* REQUIRED ACTION *
Range to reproduce from the entries below: the line with "EXTRUDE_1_DEPTH = 4", the line with "Line((2.022542486, -1.469463131), (-3.267524785, -8.75061608))", and every line in between. Give them exactly and give nothing else.
THE RECORDS Start Marker
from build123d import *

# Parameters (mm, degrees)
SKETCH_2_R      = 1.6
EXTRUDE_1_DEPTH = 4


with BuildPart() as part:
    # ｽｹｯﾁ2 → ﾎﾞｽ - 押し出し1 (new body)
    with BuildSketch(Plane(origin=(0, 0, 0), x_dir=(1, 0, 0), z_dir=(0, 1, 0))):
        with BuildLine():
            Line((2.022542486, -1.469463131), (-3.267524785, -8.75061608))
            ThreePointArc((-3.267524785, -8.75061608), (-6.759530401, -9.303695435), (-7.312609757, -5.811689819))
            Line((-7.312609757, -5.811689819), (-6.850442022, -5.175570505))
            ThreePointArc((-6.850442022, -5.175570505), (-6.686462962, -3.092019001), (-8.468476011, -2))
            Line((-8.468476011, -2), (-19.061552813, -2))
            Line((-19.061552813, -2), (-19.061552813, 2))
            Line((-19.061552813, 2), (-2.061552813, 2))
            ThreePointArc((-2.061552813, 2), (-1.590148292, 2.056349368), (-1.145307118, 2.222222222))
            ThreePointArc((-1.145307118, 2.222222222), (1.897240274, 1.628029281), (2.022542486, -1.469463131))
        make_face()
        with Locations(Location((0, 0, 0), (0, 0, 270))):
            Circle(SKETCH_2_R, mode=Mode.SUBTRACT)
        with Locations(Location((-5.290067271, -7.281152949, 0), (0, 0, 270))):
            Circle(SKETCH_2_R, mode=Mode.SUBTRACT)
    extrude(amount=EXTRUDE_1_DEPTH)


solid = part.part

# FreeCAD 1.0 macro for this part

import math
import FreeCAD as App
import Part
import Sketcher
Q = App.Units.Quantity

doc = App.newDocument("Part")
body = doc.addObject("PartDesign::Body", "Body")

# Sketch on XZ plane
sketch1 = doc.addObject("Sketcher::SketchObject", "Sketch")
body.addObject(sketch1)
sketch1.AttachmentSupport = (doc.XZ_Plane, [""])
sketch1.MapMode = "FlatFace"
sketch1.addGeometry([
    Part.LineSegment(App.Vector(-3.3, 8.8, 0), App.Vector(2, 1.5, 0)),  # 0
    Part.ArcOfCircle(Part.Circle(App.Vector(0, 0, 0), App.Vector(0, 0, 1), 2.5), math.radians(-117), math.radians(36)),  # 1
    Part.ArcOfCircle(Part.Circle(App.Vector(-2.1, -4, 0), App.Vector(0, 0, 1), 2), math.radians(63), math.radians(90)),  # 2
    Part.LineSegment(App.Vector(-2.1, -2, 0), App.Vector(-19.1, -2, 0)),  # 3
    Part.LineSegment(App.Vector(-19.1, -2, 0), App.Vector(-19.1, 2, 0)),  # 4
    Part.LineSegment(App.Vector(-19.1, 2, 0), App.Vector(-8.5, 2, 0)),  # 5
    Part.ArcOfCircle(Part.Circle(App.Vector(-8.5, 4, 0), App.Vector(0, 0, 1), 2), math.radians(-90), math.radians(36)),  # 6
    Part.LineSegment(App.Vector(-6.9, 5.2, 0), App.Vector(-7.3, 5.8, 0)),  # 7
    Part.ArcOfCircle(Part.Circle(App.Vector(-5.3, 7.3, 0), App.Vector(0, 0, 1), 2.5), math.radians(36), math.radians(216)),  # 8
    Part.Circle(App.Vector(-5.3, 7.3, 0), App.Vector(0, 0, 1), 1.6),  # 9
    Part.Circle(App.Vector(0, 0, 0), App.Vector(0, 0, 1), 1.6),  # 10
], False)
sketch1.addConstraint([
    Sketcher.Constraint("Tangent", 0, 2, 1, 2),
    Sketcher.Constraint("Tangent", 1, 1, 2, 1),
    Sketcher.Constraint("Tangent", 2, 2, 3, 1),
    Sketcher.Constraint("Coincident", 3, 2, 4, 1),
    Sketcher.Constraint("Coincident", 4, 2, 5, 1),
    Sketcher.Constraint("Tangent", 5, 2, 6, 1),
    Sketcher.Constraint("Tangent", 6, 2, 7, 1),
    Sketcher.Constraint("Tangent", 7, 2, 8, 2),
    Sketcher.Constraint("Tangent", 8, 1, 0, 1),
    Sketcher.Constraint("Horizontal", 3),
    Sketcher.Constraint("Vertical", 4),
    Sketcher.Constraint("Horizontal", 5),
    Sketcher.Constraint("Coincident", 1, 3, -1, 1),
    Sketcher.Constraint("Coincident", 10, 3, -1, 1),
    Sketcher.Constraint("Coincident", 9, 3, 8, 3),
    Sketcher.Constraint("Equal", 2, 6),
    Sketcher.Constraint("Equal", 1, 8),
    Sketcher.Constraint("Equal", 9, 10),
    Sketcher.Constraint("Parallel", 0, 7),
    Sketcher.Constraint("Radius", 2, 2.0),
    Sketcher.Constraint("Diameter", 9, 3.2),
    Sketcher.Constraint("Radius", 1, 2.5),
    Sketcher.Constraint("DistanceX", 3, 2, 3, 1, 17.0),
    Sketcher.Constraint("DistanceY", 4, 1, 4, 2, 4.0),
    Sketcher.Constraint("Angle", 0, Q("-54 deg")),
    Sketcher.Constraint("Distance", 0, 9.0),
    Sketcher.Constraint("DistanceY", 2, 3, -1, 1, 4.0),
])
pad1 = doc.addObject("PartDesign::Pad", "Pad")
body.addObject(pad1)
pad1.Profile = sketch1
pad1.Length = 4
pad1.Reversed = True

doc.recompute()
THE RECORDS End Marker
* FINAL ANSWER *
EXTRUDE_1_DEPTH = 4


with BuildPart() as part:
    # ｽｹｯﾁ2 → ﾎﾞｽ - 押し出し1 (new body)
    with BuildSketch(Plane(origin=(0, 0, 0), x_dir=(1, 0, 0), z_dir=(0, 1, 0))):
        with BuildLine():
            Line((2.022542486, -1.469463131), (-3.267524785, -8.75061608))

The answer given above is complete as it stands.